__Task instructions__
Restate word for word the entries below, starting with the line with "#15=CARTESIAN_POINT('',(71.,6.,0.));" and continuing through the line with "#23=DIRECTION('',(0.,1.,0.));". Include both of those lines and no others.

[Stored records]

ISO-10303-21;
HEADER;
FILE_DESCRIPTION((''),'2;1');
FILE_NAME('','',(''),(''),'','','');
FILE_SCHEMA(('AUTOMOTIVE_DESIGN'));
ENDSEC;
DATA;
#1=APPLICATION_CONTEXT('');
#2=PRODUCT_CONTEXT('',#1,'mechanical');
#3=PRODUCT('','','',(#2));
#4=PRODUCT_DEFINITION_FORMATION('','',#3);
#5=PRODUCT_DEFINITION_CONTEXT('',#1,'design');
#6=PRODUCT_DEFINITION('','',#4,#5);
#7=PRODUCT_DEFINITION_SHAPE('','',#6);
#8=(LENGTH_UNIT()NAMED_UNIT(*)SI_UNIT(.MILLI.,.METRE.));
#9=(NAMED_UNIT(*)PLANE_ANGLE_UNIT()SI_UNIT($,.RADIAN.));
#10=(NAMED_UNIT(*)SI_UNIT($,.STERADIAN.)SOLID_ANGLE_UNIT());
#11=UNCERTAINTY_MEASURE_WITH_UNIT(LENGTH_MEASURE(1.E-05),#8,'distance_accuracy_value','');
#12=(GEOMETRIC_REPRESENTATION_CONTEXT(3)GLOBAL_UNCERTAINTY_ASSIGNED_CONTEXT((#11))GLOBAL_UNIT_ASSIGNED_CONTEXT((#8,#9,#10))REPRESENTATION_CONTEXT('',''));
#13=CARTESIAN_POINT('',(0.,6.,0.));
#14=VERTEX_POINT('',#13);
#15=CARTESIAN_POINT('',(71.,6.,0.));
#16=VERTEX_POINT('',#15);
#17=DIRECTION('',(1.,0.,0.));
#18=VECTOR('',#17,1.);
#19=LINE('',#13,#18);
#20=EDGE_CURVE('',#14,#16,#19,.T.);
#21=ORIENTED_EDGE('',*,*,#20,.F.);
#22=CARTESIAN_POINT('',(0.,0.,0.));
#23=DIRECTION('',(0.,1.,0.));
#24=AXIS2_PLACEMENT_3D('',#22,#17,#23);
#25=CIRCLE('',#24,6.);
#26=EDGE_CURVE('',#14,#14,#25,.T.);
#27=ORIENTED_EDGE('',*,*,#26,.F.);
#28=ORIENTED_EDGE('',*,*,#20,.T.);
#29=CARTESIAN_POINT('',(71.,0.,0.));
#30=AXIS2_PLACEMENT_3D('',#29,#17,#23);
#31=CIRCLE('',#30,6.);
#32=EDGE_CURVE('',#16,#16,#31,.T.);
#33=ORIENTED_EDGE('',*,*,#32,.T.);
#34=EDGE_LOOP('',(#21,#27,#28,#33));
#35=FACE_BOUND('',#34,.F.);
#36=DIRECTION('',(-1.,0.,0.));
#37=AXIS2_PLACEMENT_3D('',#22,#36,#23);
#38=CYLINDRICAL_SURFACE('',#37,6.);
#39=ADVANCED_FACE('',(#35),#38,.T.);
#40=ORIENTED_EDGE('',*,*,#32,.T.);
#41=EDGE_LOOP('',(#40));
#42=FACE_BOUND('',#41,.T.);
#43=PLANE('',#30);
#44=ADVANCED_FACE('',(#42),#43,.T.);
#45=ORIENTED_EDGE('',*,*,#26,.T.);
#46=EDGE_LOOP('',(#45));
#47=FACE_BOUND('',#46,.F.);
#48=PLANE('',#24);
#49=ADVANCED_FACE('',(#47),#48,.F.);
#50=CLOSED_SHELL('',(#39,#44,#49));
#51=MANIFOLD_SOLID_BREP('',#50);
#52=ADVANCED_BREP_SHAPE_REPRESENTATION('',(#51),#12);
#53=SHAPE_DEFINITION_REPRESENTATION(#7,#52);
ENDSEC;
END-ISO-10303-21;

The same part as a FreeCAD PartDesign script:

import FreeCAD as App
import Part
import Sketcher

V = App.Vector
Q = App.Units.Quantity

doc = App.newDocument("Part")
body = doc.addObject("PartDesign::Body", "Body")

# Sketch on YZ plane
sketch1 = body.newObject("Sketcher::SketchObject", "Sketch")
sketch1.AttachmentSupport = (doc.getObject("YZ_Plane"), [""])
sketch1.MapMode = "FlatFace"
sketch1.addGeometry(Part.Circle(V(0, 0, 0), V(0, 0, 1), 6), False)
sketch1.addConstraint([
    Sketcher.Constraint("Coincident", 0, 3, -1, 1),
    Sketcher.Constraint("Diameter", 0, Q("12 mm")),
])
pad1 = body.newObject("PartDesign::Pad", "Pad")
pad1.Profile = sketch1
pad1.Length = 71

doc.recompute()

==

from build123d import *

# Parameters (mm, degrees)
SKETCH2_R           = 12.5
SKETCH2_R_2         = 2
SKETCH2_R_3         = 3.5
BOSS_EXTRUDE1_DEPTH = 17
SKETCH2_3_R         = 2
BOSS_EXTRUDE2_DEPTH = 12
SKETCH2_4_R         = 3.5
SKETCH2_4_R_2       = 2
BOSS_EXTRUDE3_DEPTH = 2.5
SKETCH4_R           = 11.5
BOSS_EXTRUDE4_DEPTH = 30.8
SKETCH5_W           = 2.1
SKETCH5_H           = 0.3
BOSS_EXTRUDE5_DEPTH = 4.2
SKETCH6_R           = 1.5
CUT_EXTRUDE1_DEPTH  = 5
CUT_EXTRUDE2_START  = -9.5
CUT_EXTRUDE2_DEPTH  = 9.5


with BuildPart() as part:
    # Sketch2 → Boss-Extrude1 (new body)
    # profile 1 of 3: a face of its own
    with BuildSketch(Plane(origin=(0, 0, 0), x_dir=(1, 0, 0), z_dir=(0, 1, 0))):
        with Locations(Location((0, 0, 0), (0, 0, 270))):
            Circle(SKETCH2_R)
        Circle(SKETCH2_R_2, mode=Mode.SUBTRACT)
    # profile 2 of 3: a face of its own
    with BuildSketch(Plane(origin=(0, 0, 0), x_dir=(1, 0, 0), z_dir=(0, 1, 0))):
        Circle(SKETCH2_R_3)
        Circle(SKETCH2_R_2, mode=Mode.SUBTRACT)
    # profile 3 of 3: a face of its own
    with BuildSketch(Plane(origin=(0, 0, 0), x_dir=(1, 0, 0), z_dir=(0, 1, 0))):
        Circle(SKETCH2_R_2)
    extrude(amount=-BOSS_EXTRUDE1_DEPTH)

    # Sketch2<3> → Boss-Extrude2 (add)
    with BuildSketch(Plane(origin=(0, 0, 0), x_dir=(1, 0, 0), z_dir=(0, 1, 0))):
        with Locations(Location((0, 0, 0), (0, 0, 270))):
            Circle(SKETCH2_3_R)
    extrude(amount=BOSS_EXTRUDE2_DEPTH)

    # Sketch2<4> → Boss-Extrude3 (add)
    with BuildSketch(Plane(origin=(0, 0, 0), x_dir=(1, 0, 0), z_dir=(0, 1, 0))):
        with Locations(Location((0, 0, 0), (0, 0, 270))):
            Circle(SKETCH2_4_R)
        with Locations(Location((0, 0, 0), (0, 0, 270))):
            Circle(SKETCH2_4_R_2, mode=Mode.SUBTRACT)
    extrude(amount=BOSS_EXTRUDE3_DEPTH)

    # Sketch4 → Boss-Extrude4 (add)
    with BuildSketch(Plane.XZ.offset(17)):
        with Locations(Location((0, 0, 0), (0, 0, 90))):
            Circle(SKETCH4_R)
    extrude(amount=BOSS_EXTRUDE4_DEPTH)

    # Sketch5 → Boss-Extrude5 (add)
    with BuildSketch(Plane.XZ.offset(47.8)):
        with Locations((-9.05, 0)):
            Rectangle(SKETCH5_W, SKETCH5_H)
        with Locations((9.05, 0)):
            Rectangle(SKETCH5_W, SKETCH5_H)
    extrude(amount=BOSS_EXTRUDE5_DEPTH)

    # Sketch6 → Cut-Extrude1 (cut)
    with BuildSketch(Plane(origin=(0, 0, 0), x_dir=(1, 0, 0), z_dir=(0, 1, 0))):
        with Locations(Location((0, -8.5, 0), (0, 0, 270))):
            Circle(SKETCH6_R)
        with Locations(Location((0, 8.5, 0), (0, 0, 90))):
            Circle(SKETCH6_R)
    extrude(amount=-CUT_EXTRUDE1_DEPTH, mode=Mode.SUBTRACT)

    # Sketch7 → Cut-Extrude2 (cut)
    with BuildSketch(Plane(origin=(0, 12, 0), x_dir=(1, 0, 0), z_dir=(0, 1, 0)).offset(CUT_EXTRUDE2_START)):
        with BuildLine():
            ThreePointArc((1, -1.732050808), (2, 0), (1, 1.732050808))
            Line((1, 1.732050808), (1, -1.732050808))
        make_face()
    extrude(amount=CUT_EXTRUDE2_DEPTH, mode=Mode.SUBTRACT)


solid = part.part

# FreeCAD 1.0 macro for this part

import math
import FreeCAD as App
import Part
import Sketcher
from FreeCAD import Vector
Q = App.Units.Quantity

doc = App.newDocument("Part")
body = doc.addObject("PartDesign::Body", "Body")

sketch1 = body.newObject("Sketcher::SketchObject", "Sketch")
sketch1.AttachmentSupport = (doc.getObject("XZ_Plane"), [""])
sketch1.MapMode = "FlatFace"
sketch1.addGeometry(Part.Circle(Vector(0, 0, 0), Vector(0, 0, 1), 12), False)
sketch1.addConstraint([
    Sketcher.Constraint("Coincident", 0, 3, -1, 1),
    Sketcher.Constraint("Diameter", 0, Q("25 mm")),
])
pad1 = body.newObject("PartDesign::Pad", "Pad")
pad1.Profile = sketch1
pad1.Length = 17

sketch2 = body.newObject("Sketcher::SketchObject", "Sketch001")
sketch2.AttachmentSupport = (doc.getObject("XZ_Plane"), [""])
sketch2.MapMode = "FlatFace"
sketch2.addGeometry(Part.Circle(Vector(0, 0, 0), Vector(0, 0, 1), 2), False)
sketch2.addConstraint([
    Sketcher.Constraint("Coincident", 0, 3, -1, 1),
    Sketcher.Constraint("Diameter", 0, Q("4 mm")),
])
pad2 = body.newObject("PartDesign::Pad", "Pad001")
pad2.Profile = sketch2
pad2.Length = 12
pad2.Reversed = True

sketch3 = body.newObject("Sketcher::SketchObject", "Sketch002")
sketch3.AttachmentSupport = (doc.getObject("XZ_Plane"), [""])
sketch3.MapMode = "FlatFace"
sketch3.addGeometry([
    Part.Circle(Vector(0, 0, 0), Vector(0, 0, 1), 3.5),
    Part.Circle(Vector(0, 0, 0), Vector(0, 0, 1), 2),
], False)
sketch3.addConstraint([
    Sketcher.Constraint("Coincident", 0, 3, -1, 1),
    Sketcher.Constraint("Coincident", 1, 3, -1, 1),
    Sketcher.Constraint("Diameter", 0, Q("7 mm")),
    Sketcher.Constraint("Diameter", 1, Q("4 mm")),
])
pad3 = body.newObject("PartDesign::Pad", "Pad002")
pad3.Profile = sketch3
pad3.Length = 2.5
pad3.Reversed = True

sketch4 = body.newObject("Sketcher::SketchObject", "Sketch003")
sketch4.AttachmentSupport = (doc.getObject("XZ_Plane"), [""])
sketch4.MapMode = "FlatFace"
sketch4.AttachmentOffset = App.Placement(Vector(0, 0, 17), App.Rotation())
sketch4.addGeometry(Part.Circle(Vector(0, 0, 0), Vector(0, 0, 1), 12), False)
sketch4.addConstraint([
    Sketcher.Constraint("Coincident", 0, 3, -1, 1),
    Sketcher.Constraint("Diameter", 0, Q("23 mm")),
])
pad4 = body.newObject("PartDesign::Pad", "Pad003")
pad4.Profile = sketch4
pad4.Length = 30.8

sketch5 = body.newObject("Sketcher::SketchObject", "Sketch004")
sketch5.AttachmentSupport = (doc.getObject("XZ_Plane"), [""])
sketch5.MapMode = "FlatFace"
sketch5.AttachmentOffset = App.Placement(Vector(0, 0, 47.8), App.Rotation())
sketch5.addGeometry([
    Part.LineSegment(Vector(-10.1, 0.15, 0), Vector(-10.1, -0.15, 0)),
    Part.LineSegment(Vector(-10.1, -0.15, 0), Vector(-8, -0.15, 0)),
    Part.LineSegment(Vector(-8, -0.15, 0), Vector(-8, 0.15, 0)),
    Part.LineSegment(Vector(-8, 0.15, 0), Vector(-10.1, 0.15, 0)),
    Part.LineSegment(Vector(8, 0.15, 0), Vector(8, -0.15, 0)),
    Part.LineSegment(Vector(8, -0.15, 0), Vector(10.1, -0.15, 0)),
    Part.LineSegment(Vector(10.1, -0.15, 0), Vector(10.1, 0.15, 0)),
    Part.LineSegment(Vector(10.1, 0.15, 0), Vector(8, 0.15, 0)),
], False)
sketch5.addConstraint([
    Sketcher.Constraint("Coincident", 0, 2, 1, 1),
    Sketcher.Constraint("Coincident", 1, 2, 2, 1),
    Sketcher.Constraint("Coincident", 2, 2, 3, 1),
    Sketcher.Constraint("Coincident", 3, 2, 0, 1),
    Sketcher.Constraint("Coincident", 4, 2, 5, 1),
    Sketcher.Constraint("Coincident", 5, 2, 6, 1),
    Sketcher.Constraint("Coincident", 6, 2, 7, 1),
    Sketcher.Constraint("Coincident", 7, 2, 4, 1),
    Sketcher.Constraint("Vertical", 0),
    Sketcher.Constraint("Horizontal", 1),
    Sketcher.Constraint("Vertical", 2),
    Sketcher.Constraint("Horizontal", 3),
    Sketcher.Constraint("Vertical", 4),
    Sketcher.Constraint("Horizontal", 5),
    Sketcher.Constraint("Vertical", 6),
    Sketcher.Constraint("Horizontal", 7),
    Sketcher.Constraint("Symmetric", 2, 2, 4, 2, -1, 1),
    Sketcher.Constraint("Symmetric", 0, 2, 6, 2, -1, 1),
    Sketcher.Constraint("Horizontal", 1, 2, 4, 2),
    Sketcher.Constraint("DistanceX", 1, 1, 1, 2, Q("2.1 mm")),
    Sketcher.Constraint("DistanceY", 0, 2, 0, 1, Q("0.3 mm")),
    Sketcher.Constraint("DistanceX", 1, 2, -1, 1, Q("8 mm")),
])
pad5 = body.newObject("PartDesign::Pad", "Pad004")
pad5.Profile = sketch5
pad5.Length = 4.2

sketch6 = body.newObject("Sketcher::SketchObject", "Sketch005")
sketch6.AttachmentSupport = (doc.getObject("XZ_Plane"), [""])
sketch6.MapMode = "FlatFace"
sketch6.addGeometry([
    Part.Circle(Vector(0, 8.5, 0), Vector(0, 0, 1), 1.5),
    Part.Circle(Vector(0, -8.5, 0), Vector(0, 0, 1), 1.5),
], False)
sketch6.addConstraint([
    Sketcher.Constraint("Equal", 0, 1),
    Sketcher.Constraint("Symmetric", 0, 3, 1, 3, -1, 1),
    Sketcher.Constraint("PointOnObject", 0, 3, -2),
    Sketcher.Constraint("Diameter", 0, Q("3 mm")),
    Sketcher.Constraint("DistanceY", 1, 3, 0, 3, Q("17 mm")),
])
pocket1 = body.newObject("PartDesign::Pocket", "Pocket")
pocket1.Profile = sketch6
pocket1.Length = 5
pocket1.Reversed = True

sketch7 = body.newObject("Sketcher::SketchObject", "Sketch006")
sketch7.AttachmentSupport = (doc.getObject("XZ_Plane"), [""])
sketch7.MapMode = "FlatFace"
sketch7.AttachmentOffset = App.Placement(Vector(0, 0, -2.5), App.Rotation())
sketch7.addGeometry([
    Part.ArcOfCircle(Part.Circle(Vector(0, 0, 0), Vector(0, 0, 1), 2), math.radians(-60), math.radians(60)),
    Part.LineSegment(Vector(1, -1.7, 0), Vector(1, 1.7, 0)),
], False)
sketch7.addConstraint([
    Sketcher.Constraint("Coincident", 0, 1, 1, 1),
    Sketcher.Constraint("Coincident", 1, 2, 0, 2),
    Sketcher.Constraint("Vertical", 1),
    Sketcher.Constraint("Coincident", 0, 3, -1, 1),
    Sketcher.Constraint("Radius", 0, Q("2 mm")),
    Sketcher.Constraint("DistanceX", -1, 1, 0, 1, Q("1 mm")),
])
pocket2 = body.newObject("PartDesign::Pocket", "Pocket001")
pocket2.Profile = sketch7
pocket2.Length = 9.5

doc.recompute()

--

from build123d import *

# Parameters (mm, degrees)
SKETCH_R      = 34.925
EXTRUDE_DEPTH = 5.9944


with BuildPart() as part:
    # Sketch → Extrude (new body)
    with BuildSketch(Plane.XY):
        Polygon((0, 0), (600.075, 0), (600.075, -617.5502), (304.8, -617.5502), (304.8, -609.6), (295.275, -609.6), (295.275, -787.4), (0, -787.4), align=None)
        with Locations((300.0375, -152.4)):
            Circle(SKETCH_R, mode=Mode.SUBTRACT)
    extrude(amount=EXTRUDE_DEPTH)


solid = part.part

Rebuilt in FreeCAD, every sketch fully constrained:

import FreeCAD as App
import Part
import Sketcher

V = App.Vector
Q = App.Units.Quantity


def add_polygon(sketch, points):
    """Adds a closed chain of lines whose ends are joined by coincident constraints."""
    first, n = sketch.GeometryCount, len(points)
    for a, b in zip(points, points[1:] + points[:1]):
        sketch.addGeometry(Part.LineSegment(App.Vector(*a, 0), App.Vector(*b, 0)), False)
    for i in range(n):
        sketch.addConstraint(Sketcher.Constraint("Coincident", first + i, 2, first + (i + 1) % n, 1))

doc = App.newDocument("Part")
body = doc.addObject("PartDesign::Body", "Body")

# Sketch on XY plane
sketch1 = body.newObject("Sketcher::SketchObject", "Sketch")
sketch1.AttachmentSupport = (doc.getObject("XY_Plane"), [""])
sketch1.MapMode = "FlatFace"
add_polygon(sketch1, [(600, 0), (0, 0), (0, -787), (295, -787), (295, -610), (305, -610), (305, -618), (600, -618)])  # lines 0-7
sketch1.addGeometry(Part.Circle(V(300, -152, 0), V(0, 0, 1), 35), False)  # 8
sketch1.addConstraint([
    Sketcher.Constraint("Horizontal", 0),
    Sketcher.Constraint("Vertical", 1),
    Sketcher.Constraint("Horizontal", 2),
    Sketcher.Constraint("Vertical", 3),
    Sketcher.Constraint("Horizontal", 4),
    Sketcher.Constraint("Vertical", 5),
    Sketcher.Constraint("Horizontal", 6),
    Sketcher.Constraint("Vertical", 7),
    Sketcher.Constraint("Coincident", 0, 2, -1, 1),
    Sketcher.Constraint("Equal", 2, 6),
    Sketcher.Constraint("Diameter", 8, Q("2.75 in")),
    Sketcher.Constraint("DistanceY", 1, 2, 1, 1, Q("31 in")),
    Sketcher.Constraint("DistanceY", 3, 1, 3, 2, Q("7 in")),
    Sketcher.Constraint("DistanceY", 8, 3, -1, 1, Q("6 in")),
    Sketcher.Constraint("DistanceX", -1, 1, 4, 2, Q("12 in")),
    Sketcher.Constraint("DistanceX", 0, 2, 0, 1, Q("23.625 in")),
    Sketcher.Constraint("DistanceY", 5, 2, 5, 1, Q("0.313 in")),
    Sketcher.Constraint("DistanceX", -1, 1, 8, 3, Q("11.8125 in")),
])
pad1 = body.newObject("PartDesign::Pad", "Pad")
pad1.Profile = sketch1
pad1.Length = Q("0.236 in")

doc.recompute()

__Response below__
#15=CARTESIAN_POINT('',(71.,6.,0.));
#16=VERTEX_POINT('',#15);
#17=DIRECTION('',(1.,0.,0.));
#18=VECTOR('',#17,1.);
#19=LINE('',#13,#18);
#20=EDGE_CURVE('',#14,#16,#19,.T.);
#21=ORIENTED_EDGE('',*,*,#20,.F.);
#22=CARTESIAN_POINT('',(0.,0.,0.));
#23=DIRECTION('',(0.,1.,0.));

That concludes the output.